What is being asked:
Below is some data. Retype exactly the lines starting at the one with "v -72.811 47.5 -40" and ending at the one with "v 75.874 39.588 -29.174".

Segment Start: Dataset

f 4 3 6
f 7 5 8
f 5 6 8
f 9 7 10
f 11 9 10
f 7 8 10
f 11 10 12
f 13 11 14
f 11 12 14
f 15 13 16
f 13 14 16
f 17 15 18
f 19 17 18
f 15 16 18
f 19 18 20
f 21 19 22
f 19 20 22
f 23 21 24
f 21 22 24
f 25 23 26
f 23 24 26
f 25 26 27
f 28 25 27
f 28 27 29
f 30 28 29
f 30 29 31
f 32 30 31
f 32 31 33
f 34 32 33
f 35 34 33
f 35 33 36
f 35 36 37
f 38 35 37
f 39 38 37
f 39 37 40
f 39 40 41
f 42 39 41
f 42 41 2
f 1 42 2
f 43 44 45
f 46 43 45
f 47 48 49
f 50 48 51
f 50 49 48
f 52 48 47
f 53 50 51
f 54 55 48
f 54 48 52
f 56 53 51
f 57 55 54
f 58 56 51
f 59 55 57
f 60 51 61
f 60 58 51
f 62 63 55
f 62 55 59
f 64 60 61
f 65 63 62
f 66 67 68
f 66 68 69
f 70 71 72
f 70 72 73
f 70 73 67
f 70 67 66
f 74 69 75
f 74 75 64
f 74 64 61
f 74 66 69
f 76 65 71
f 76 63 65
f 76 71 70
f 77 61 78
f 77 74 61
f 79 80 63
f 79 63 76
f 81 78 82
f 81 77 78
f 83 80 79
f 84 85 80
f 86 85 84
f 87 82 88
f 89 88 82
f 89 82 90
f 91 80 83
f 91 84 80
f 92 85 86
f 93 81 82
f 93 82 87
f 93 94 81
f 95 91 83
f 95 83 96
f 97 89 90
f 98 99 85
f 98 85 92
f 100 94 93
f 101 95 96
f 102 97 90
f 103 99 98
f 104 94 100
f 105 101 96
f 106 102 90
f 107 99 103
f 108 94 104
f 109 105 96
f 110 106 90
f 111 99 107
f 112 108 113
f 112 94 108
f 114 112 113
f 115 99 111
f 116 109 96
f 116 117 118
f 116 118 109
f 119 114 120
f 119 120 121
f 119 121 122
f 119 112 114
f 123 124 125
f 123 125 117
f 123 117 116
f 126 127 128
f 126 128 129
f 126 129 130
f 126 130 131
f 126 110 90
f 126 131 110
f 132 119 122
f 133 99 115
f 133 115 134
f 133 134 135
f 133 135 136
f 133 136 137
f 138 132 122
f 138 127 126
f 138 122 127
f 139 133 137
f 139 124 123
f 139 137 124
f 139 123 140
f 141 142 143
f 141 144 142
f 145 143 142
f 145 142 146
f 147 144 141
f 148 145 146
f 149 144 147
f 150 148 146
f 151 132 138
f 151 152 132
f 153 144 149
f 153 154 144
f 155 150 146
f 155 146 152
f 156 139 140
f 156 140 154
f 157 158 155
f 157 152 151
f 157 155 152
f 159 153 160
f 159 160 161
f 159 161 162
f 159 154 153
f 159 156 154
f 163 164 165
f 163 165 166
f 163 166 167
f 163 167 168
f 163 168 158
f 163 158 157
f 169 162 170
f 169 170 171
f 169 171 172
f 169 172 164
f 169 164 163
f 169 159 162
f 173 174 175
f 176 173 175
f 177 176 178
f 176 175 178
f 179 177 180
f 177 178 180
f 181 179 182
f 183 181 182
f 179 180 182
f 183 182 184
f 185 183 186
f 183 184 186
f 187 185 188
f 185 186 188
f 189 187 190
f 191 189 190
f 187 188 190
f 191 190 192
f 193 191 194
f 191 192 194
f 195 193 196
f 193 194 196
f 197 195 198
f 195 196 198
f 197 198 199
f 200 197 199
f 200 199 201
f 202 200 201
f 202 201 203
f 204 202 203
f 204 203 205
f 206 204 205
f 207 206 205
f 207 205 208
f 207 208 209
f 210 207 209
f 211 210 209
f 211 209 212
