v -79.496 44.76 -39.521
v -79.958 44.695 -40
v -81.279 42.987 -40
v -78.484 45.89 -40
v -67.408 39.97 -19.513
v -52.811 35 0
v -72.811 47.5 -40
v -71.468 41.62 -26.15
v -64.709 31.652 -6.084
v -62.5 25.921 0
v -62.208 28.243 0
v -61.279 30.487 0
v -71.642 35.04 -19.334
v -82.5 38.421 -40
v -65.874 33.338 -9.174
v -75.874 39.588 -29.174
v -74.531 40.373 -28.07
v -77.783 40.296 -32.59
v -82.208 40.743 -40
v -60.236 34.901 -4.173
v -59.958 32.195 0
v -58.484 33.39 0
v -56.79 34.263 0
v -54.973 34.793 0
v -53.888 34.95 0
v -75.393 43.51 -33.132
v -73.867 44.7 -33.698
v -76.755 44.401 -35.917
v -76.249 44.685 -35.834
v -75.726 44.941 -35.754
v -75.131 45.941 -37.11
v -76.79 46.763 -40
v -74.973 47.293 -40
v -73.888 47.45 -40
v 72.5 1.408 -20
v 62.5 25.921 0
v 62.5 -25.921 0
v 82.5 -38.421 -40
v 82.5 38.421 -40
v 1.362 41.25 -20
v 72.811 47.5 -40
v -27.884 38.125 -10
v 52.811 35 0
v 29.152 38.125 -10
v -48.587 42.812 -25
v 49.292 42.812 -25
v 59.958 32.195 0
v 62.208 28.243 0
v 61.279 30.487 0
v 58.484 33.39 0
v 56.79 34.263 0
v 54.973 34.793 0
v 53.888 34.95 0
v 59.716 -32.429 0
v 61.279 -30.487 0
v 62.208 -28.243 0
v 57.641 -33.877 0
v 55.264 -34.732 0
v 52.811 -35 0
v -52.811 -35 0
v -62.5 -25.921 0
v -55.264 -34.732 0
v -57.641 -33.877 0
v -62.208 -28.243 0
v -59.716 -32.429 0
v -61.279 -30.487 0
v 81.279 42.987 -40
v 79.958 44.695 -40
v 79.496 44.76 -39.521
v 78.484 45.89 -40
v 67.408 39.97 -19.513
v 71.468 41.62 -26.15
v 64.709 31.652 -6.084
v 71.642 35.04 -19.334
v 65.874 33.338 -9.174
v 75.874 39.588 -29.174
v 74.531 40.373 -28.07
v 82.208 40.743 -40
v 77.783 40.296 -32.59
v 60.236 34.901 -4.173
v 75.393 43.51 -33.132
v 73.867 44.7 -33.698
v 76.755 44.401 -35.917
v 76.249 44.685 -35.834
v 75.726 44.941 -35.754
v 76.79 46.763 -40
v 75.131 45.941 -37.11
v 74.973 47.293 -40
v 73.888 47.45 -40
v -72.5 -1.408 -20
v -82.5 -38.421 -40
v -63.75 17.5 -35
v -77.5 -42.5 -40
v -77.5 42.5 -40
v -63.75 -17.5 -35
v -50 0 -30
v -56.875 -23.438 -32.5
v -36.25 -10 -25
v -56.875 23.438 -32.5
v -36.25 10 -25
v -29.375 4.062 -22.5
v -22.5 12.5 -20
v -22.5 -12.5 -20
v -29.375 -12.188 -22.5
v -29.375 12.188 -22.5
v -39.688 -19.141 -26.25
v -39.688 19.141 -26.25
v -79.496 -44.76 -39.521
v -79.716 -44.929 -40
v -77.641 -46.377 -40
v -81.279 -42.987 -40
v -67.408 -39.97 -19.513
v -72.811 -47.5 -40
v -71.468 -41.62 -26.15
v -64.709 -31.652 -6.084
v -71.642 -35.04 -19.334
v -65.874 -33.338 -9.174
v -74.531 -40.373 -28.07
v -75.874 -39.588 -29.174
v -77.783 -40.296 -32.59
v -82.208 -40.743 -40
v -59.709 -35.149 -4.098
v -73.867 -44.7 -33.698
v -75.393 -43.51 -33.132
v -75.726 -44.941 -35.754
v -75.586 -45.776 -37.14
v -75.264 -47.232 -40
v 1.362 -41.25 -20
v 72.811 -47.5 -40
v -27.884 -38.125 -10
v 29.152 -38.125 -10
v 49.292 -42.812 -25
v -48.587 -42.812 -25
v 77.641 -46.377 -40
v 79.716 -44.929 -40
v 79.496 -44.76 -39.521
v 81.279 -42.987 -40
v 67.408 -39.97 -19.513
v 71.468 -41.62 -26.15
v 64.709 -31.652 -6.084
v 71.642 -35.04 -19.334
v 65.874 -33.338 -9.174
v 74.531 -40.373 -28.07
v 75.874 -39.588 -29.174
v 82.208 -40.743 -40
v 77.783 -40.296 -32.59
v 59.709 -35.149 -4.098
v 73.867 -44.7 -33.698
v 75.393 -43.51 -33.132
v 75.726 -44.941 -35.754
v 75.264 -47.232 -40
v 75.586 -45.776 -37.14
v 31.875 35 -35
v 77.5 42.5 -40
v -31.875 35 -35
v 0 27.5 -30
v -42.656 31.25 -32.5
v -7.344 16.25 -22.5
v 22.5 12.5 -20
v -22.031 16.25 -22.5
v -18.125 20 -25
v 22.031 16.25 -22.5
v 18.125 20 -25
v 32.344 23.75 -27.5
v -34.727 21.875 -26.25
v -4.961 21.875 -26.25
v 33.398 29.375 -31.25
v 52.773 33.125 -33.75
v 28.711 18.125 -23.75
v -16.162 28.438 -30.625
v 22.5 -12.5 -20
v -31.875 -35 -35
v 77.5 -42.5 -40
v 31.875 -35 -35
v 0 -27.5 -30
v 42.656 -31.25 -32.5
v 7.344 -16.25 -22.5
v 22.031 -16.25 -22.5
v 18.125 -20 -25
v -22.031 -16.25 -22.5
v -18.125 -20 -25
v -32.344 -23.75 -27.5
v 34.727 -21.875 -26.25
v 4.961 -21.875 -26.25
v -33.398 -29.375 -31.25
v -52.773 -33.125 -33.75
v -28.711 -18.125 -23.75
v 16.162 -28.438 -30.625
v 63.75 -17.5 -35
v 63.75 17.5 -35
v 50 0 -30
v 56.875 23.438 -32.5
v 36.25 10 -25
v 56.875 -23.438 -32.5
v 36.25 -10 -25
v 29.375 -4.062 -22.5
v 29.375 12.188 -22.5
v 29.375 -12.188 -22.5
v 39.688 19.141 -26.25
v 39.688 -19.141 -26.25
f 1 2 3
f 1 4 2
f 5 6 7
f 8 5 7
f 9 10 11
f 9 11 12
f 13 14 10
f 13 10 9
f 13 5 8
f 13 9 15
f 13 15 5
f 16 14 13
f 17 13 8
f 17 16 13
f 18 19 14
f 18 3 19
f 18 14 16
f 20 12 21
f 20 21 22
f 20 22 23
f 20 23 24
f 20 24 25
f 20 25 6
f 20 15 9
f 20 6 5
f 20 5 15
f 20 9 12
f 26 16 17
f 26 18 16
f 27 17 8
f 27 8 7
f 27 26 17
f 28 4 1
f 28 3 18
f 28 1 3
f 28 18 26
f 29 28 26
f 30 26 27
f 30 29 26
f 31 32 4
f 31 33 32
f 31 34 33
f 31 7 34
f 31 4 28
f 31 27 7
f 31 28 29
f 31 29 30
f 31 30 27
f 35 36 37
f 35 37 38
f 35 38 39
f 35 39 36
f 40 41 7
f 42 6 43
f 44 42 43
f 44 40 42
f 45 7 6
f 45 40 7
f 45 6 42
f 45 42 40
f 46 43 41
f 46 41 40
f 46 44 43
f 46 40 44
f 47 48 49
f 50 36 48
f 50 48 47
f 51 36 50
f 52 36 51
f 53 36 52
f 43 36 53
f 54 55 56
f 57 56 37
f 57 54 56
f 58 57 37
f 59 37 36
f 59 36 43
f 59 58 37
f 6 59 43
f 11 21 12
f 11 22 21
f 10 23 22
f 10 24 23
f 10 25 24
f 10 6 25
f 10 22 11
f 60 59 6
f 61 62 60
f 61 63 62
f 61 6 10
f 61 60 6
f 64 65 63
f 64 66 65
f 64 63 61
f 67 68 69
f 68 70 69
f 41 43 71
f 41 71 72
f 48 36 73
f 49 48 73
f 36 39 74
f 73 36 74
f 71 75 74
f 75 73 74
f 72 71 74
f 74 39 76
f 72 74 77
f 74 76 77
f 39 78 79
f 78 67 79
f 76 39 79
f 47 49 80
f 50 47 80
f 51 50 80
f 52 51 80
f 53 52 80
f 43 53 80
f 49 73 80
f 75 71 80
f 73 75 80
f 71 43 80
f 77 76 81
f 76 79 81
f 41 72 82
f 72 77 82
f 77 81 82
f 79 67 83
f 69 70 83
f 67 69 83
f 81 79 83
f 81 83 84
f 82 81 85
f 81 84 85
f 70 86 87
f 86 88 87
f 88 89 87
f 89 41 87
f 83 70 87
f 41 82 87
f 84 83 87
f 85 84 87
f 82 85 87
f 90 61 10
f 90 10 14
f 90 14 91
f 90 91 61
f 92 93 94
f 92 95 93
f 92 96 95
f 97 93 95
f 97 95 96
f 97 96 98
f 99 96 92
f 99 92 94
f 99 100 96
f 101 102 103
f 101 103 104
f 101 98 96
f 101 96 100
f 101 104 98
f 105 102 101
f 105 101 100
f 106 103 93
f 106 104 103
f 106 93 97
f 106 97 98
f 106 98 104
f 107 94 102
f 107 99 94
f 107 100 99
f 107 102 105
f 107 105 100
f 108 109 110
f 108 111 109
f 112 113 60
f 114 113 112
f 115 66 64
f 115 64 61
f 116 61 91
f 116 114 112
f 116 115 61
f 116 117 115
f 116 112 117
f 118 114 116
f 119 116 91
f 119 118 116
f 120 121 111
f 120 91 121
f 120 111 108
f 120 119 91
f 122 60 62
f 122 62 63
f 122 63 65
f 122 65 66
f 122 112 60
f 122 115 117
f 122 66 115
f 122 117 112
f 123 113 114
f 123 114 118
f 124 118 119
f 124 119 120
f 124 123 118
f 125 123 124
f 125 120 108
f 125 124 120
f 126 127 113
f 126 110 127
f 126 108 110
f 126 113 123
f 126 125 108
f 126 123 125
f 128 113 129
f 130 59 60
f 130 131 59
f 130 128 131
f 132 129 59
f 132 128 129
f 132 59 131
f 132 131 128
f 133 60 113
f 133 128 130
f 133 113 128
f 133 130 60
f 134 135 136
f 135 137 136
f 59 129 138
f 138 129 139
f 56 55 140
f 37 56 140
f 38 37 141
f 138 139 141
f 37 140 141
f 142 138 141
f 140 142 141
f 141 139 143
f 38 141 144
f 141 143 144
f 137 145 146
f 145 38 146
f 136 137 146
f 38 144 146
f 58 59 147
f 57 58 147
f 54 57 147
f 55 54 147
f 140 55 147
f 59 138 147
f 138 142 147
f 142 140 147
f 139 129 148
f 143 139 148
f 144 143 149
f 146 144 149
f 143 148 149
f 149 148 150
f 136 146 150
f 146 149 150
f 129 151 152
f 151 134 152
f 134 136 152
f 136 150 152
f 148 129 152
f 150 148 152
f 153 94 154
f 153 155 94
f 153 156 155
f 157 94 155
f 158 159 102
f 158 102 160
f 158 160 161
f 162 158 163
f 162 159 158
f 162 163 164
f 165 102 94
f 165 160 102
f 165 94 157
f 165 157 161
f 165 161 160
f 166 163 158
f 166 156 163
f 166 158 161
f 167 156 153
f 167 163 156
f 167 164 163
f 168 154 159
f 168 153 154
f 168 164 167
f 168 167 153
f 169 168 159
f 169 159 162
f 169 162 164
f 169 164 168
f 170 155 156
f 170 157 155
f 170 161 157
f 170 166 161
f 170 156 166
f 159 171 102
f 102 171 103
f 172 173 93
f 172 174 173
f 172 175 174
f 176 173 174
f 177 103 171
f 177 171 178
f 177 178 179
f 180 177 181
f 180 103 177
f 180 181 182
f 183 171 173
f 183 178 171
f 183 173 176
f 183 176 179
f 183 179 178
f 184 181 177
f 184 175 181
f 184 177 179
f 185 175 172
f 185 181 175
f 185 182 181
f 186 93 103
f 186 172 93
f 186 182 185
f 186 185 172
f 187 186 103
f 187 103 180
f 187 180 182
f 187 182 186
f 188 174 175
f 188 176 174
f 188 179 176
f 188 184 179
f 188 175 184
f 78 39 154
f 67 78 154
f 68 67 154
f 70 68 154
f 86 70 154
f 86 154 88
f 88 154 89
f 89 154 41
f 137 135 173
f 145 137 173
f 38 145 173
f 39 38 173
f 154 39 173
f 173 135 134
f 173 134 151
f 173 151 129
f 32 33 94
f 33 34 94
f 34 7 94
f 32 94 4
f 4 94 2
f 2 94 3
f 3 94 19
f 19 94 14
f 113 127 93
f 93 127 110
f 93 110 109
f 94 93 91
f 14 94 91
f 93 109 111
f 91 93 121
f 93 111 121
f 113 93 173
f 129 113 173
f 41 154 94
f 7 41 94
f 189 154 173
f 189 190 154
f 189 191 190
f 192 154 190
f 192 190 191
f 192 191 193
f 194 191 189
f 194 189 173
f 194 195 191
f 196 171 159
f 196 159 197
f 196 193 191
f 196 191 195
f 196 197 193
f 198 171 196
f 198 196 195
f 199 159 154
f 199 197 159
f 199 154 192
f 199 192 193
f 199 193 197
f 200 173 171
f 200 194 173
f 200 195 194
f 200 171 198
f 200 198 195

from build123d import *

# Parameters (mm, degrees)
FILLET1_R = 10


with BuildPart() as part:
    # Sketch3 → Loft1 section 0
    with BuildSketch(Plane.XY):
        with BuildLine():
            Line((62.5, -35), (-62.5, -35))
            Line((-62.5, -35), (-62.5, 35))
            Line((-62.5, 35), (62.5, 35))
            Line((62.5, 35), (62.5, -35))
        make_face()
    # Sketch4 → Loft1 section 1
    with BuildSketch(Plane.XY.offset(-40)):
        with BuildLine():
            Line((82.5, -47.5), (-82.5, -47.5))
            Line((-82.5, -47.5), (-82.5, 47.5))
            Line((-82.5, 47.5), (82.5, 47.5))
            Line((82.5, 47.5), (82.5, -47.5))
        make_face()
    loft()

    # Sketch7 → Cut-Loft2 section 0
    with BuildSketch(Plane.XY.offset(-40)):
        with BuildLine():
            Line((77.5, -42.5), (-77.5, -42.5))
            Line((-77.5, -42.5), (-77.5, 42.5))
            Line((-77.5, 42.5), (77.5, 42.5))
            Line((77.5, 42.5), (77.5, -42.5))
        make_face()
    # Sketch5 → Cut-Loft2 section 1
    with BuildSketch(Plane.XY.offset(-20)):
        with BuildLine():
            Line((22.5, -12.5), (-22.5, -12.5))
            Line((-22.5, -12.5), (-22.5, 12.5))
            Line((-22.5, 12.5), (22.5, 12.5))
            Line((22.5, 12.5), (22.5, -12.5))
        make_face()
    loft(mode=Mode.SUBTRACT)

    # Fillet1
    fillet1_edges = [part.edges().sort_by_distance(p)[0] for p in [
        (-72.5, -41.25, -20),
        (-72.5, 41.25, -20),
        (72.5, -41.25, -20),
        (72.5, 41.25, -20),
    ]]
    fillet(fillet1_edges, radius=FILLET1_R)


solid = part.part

Segment End: Dataset

Solution:
v -72.811 47.5 -40
v -71.468 41.62 -26.15
v -64.709 31.652 -6.084
v -62.5 25.921 0
v -62.208 28.243 0
v -61.279 30.487 0
v -71.642 35.04 -19.334
v -82.5 38.421 -40
v -65.874 33.338 -9.174
v -75.874 39.588 -29.174
v -74.531 40.373 -28.07
v -77.783 40.296 -32.59
v -82.208 40.743 -40
v -60.236 34.901 -4.173
v -59.958 32.195 0
v -58.484 33.39 0
v -56.79 34.263 0
v -54.973 34.793 0
v -53.888 34.95 0
v -75.393 43.51 -33.132
v -73.867 44.7 -33.698
v -76.755 44.401 -35.917
v -76.249 44.685 -35.834
v -75.726 44.941 -35.754
v -75.131 45.941 -37.11
v -76.79 46.763 -40
v -74.973 47.293 -40
v -73.888 47.45 -40
v 72.5 1.408 -20
v 62.5 25.921 0
v 62.5 -25.921 0
v 82.5 -38.421 -40
v 82.5 38.421 -40
v 1.362 41.25 -20
v 72.811 47.5 -40
v -27.884 38.125 -10
v 52.811 35 0
v 29.152 38.125 -10
v -48.587 42.812 -25
v 49.292 42.812 -25
v 59.958 32.195 0
v 62.208 28.243 0
v 61.279 30.487 0
v 58.484 33.39 0
v 56.79 34.263 0
v 54.973 34.793 0
v 53.888 34.95 0
v 59.716 -32.429 0
v 61.279 -30.487 0
v 62.208 -28.243 0
v 57.641 -33.877 0
v 55.264 -34.732 0
v 52.811 -35 0
v -52.811 -35 0
v -62.5 -25.921 0
v -55.264 -34.732 0
v -57.641 -33.877 0
v -62.208 -28.243 0
v -59.716 -32.429 0
v -61.279 -30.487 0
v 81.279 42.987 -40
v 79.958 44.695 -40
v 79.496 44.76 -39.521
v 78.484 45.89 -40
v 67.408 39.97 -19.513
v 71.468 41.62 -26.15
v 64.709 31.652 -6.084
v 71.642 35.04 -19.334
v 65.874 33.338 -9.174
v 75.874 39.588 -29.174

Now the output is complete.